Sometimes, processors need love too

I have a confession to make.  As a person who has had a passion for computers and programming since the late 70’s, I have spent a lot of time on some really fun, albeit old, platforms.  For example, I started out on a Cyber 171 programming in BASIC and Pascal, then “graduated” to a TRS-80 model 1 doing BASIC as well.

When I was able to buy my first computer, I went with the Apple ][+ (and yes, that’s the right way to spell it!) and eventually upgraded to an Apple //e.  Once I realized the 32-bit revolution was on, I transferred my allegiance to the Commodore Amiga 1000, then the A2000 with its ability to install expansion cards.  Into one of those lovely slots so reminiscent of my old Apple ][+ went a Bridgeboard.  First the 80286 version (on which I ran DOS) and then finally the 80386sx version that I ran Windows 3.x and OS/2 on.

Along the way, I worked on a VAX 11/784 (and was a system administrator) where I learned such useful things as VT100 escape codes that would allow me to write programs that did simple animations on the screen.  I lovingly recall finishing my FORTRAN-77 final early in college and spending the extra time writing an animated beer truck that chugged across the screen and had a little guy get out and dance at the end.  (Of course I turned in both programs to the professor!)

I cut my teeth in the UNIX world working on SunOS 4 on a variety of Sparcstations, as well as logging in remotely to a MicroVAX running Ultrix (as I recall).  That was where I first discovered that these machines were connected over a global network and I could bounce from machine to machine.  Welcome to the Internet!

I finally sold out and went down the dark path of C/C++/VB/C# software development on the Windows platform (starting with Windows 3.x and then moving to Windows NT 3.1 beta).  After many years on that platform, my wife bought me an iPod for Christmas.  As I was thinking to myself “she doesn’t know this won’t work on Windows” she said, “This is the new version that works on Windows.”  (Not the first time she has proven herself to surpass me, nor will it be the last!)

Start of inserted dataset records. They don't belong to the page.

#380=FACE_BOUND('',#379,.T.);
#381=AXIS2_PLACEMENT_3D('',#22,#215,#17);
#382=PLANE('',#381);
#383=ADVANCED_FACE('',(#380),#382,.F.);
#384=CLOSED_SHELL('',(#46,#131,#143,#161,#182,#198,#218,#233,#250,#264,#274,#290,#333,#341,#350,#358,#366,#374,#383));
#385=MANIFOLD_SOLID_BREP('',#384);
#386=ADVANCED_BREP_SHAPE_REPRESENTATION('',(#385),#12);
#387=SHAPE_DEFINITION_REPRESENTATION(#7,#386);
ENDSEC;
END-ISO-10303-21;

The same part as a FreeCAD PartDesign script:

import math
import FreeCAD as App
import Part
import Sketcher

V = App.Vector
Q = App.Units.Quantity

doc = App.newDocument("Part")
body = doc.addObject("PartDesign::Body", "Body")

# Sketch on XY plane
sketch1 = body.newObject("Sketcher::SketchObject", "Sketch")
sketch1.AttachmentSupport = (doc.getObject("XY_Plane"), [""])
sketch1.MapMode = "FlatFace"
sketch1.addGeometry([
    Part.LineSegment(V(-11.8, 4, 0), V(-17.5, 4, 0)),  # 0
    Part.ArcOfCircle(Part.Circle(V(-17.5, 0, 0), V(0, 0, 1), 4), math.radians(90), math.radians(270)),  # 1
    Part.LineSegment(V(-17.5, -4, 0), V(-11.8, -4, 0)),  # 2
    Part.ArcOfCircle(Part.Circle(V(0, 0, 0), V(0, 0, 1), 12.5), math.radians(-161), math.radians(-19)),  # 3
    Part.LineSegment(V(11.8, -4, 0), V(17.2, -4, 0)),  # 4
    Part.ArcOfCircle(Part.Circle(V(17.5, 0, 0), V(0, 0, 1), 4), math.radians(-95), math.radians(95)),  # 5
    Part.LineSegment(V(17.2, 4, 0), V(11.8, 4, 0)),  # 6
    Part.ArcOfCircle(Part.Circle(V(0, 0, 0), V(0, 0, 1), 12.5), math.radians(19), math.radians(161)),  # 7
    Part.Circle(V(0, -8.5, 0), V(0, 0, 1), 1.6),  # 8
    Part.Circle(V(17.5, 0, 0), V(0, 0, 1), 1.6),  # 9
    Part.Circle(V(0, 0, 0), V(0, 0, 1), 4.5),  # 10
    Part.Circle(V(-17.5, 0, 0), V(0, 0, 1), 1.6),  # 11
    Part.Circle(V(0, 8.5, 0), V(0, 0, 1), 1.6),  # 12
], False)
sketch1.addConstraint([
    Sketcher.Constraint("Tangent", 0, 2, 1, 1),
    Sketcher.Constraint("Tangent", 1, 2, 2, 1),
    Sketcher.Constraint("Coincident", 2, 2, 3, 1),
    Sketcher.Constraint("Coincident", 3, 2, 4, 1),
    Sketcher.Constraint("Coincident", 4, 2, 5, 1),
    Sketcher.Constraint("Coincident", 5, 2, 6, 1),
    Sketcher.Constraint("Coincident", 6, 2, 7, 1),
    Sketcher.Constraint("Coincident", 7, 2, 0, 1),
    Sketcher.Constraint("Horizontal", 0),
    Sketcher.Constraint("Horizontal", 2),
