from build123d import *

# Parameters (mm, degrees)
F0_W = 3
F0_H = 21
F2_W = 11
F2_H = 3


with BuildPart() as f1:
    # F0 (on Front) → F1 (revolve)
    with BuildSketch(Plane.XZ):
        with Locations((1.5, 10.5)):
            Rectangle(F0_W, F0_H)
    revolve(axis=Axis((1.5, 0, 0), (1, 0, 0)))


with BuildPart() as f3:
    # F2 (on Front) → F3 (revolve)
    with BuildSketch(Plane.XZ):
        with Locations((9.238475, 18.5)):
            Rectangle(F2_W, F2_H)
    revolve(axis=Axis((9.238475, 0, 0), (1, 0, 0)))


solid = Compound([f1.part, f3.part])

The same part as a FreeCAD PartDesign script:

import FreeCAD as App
import Part
import Sketcher
from FreeCAD import Vector

doc = App.newDocument("Part")
body = doc.addObject("PartDesign::Body", "Body")

# Sketch on XZ plane
sketch1 = doc.addObject("Sketcher::SketchObject", "Sketch")
body.addObject(sketch1)
sketch1.AttachmentSupport = (doc.XZ_Plane, [""])
sketch1.MapMode = "FlatFace"
sketch1.addGeometry([
    Part.LineSegment(Vector(0, 21, 0), Vector(0, 0, 0)),
    Part.LineSegment(Vector(0, 0, 0), Vector(3, 0, 0)),
    Part.LineSegment(Vector(3, 0, 0), Vector(3, 21, 0)),
    Part.LineSegment(Vector(3, 21, 0), Vector(0, 21, 0)),
], False)
sketch1.addConstraint([
    Sketcher.Constraint("Coincident", 0, 2, 1, 1),
    Sketcher.Constraint("Coincident", 1, 2, 2, 1),
    Sketcher.Constraint("Coincident", 2, 2, 3, 1),
    Sketcher.Constraint("Coincident", 3, 2, 0, 1),
    Sketcher.Constraint("Vertical", 0),
    Sketcher.Constraint("Horizontal", 1),
    Sketcher.Constraint("Vertical", 2),
    Sketcher.Constraint("Horizontal", 3),
    Sketcher.Constraint("Coincident", 0, 2, -1, 1),
    Sketcher.Constraint("DistanceX", 1, 1, 1, 2, 3.0),
    Sketcher.Constraint("DistanceY", 0, 2, 0, 1, 21.0),
])
revolution = doc.addObject("PartDesign::Revolution", "Revolution")
body.addObject(revolution)
revolution.Profile = sketch1
revolution.ReferenceAxis = (sketch1, ["H_Axis"])
revolution.Angle = 360
body2 = doc.addObject("PartDesign::Body", "Body001")

# Sketch on XZ plane
sketch2 = doc.addObject("Sketcher::SketchObject", "Sketch001")
body2.addObject(sketch2)
sketch2.AttachmentSupport = (doc.getObject("XZ_Plane001"), [""])
sketch2.MapMode = "FlatFace"
sketch2.addGeometry([
    Part.LineSegment(Vector(3.7, 20, 0), Vector(3.7, 17, 0)),
    Part.LineSegment(Vector(3.7, 17, 0), Vector(14.7, 17, 0)),
    Part.LineSegment(Vector(14.7, 17, 0), Vector(14.7, 20, 0)),
    Part.LineSegment(Vector(14.7, 20, 0), Vector(3.7, 20, 0)),
], False)
sketch2.addConstraint([
    Sketcher.Constraint("Coincident", 0, 2, 1, 1),
    Sketcher.Constraint("Coincident", 1, 2, 2, 1),
    Sketcher.Constraint("Coincident", 2, 2, 3, 1),
    Sketcher.Constraint("Coincident", 3, 2, 0, 1),
    Sketcher.Constraint("Vertical", 0),
    Sketcher.Constraint("Horizontal", 1),
    Sketcher.Constraint("Vertical", 2),
    Sketcher.Constraint("Horizontal", 3),
    Sketcher.Constraint("DistanceX", 1, 1, 1, 2, 11.0),
    Sketcher.Constraint("DistanceY", 0, 2, 0, 1, 3.0),
    Sketcher.Constraint("DistanceY", -1, 1, 0, 2, 17.0),
    Sketcher.Constraint("DistanceX", -1, 1, 0, 2, 3.738475),
])
revolution2 = doc.addObject("PartDesign::Revolution", "Revolution001")
body2.addObject(revolution2)
revolution2.Profile = sketch2
revolution2.ReferenceAxis = (sketch2, ["H_Axis"])
revolution2.Angle = 360

doc.recompute()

That iPod was the gateway drug that got me to try out a 32-bit PPC Mac Mini.  It was simple to use and pretty useful.  I could even run Windows on it in an emulated (aka slow) mode.  I then discovered that it had UNIX under the hood and my spinal cord started typing things that surprised me at the terminal prompt from my old SunOS 4 days.  When I heard Steve Jobs announce the move to Intel, I told myself that this was the end of the line for the Mac.  Just to be a “kind soul”, I enrolled in the Intel Mac beta program and received a G5 tower that had nothing in it but a tiny little PC motherboard and a running copy of OSX 10.4 on that architecture.

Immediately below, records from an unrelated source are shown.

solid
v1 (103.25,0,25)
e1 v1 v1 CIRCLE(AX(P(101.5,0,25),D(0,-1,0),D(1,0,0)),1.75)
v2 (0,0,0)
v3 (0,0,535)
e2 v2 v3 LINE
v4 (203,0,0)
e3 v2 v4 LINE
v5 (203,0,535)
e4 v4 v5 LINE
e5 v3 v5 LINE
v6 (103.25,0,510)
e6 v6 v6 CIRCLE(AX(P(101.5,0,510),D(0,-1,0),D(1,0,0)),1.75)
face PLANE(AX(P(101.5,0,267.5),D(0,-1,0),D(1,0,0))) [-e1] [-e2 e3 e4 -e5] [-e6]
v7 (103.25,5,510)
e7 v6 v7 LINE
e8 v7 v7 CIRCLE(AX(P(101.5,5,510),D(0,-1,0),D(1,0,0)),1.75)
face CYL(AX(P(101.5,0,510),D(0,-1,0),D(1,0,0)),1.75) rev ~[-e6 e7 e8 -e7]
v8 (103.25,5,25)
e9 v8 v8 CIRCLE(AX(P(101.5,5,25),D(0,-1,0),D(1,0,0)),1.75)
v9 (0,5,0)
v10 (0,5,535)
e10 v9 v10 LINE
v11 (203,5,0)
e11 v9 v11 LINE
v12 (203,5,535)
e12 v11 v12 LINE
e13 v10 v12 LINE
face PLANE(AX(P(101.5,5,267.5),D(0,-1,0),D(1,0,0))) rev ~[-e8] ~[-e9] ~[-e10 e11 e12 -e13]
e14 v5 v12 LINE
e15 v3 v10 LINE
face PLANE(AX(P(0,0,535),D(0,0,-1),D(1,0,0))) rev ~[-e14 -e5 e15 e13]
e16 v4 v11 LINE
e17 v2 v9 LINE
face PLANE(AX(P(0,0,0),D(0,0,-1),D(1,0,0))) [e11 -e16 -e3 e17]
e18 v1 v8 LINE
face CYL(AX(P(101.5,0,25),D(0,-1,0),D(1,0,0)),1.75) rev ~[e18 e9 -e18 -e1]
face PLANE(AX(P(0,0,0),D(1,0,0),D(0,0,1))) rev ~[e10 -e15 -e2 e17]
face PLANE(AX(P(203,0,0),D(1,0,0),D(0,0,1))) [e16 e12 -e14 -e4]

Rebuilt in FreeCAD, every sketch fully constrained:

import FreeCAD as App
import Part
import Sketcher
from FreeCAD import Vector
Q = App.Units.Quantity

doc = App.newDocument("Part")
params = doc.addObject("Spreadsheet::Sheet", "Params")
for row, (alias, value) in enumerate([
    ("sketch1_width", "203 mm"),
    ("sketch1_height", "535 mm"),
    ("pad1_length", "5 mm"),
    ("sketch2_diameter", "3.5 mm"),
    ("pocket1_length", "25 mm"),
], start=1):
    params.set(f"A{row}", alias)
    params.set(f"B{row}", "=" + value)
    params.setAlias(f"B{row}", alias)

body = doc.addObject("PartDesign::Body", "Body")

# Sketch on XZ plane
sketch1 = body.newObject("Sketcher::SketchObject", "Sketch")
sketch1.AttachmentSupport = (doc.getObject("XZ_Plane"), [""])
sketch1.MapMode = "FlatFace"
sketch1.addGeometry([
    Part.LineSegment(Vector(0, 535, 0), Vector(0, 0, 0)),
    Part.LineSegment(Vector(0, 0, 0), Vector(203, 0, 0)),
    Part.LineSegment(Vector(203, 0, 0), Vector(203, 535, 0)),
    Part.LineSegment(Vector(203, 535, 0), Vector(0, 535, 0)),
], False)
sketch1.addConstraint([
    Sketcher.Constraint("Coincident", 0, 2, 1, 1),
    Sketcher.Constraint("Coincident", 1, 2, 2, 1),
    Sketcher.Constraint("Coincident", 2, 2, 3, 1),
    Sketcher.Constraint("Coincident", 3, 2, 0, 1),
    Sketcher.Constraint("Vertical", 0),
    Sketcher.Constraint("Horizontal", 1),
    Sketcher.Constraint("Vertical", 2),
    Sketcher.Constraint("Horizontal", 3),
    Sketcher.Constraint("Coincident", 0, 2, -1, 1),
    Sketcher.Constraint("DistanceX", 1, 1, 1, 2, Q("203 mm")),
    Sketcher.Constraint("DistanceY", 0, 2, 0, 1, Q("535 mm")),
])
sketch1.setExpression("Constraints[9]", "Params.sketch1_width")
sketch1.setExpression("Constraints[10]", "Params.sketch1_height")
pad1 = body.newObject("PartDesign::Pad", "Pad")
pad1.Profile = sketch1
pad1.setExpression("Length", "Params.pad1_length")
pad1.Reversed = True

# Sketch on XZ plane
sketch2 = body.newObject("Sketcher::SketchObject", "Sketch001")
sketch2.AttachmentSupport = (doc.getObject("XZ_Plane"), [""])
sketch2.MapMode = "FlatFace"
sketch2.addGeometry([
    Part.Circle(Vector(101.5, 510, 0), Vector(0, 0, 1), 1.8),
    Part.Circle(Vector(101.5, 25, 0), Vector(0, 0, 1), 1.8),
], False)
sketch2.addConstraint([
    Sketcher.Constraint("Equal", 0, 1),
    Sketcher.Constraint("Vertical", 0, 3, 1, 3),
    Sketcher.Constraint("Diameter", 0, Q("3.5 mm")),
    Sketcher.Constraint("DistanceY", -1, 1, 0, 3, Q("510 mm")),
    Sketcher.Constraint("DistanceY", -1, 1, 1, 3, Q("25 mm")),
    Sketcher.Constraint("DistanceX", -1, 1, 0, 3, Q("101.5 mm")),
])
sketch2.setExpression("Constraints[2]", "Params.sketch2_diameter")
pocket1 = body.newObject("PartDesign::Pocket", "Pocket")
pocket1.Profile = sketch2
pocket1.setExpression("Length", "Params.pocket1_length")

doc.recompute()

Given that time has proven me wrong there as well (never take a stock tip from me BTW), I was knocking around on various Intel-based Mac desktops and laptops ever since.  Then, I discovered OpenBSD and fell in love.  One of the things I discovered was that it ran on a variety of platforms.  Not like our friends over at NetBSD do (“my toaster runs NetBSD!” <grin>), but they were tier-1 platforms nonetheless and many of them were my old friends (sparc64, ppc32, VAXen, etc.)

Since I had that 32-bit PPC Mac Mini in the closet and an old i386 laptop, I tried installing OpenBSD on these two “exotic” architectures and found it to be drop-dead simple.  I actually had to set the hostnames and the prompt in ksh to remind me I was on a different architecture.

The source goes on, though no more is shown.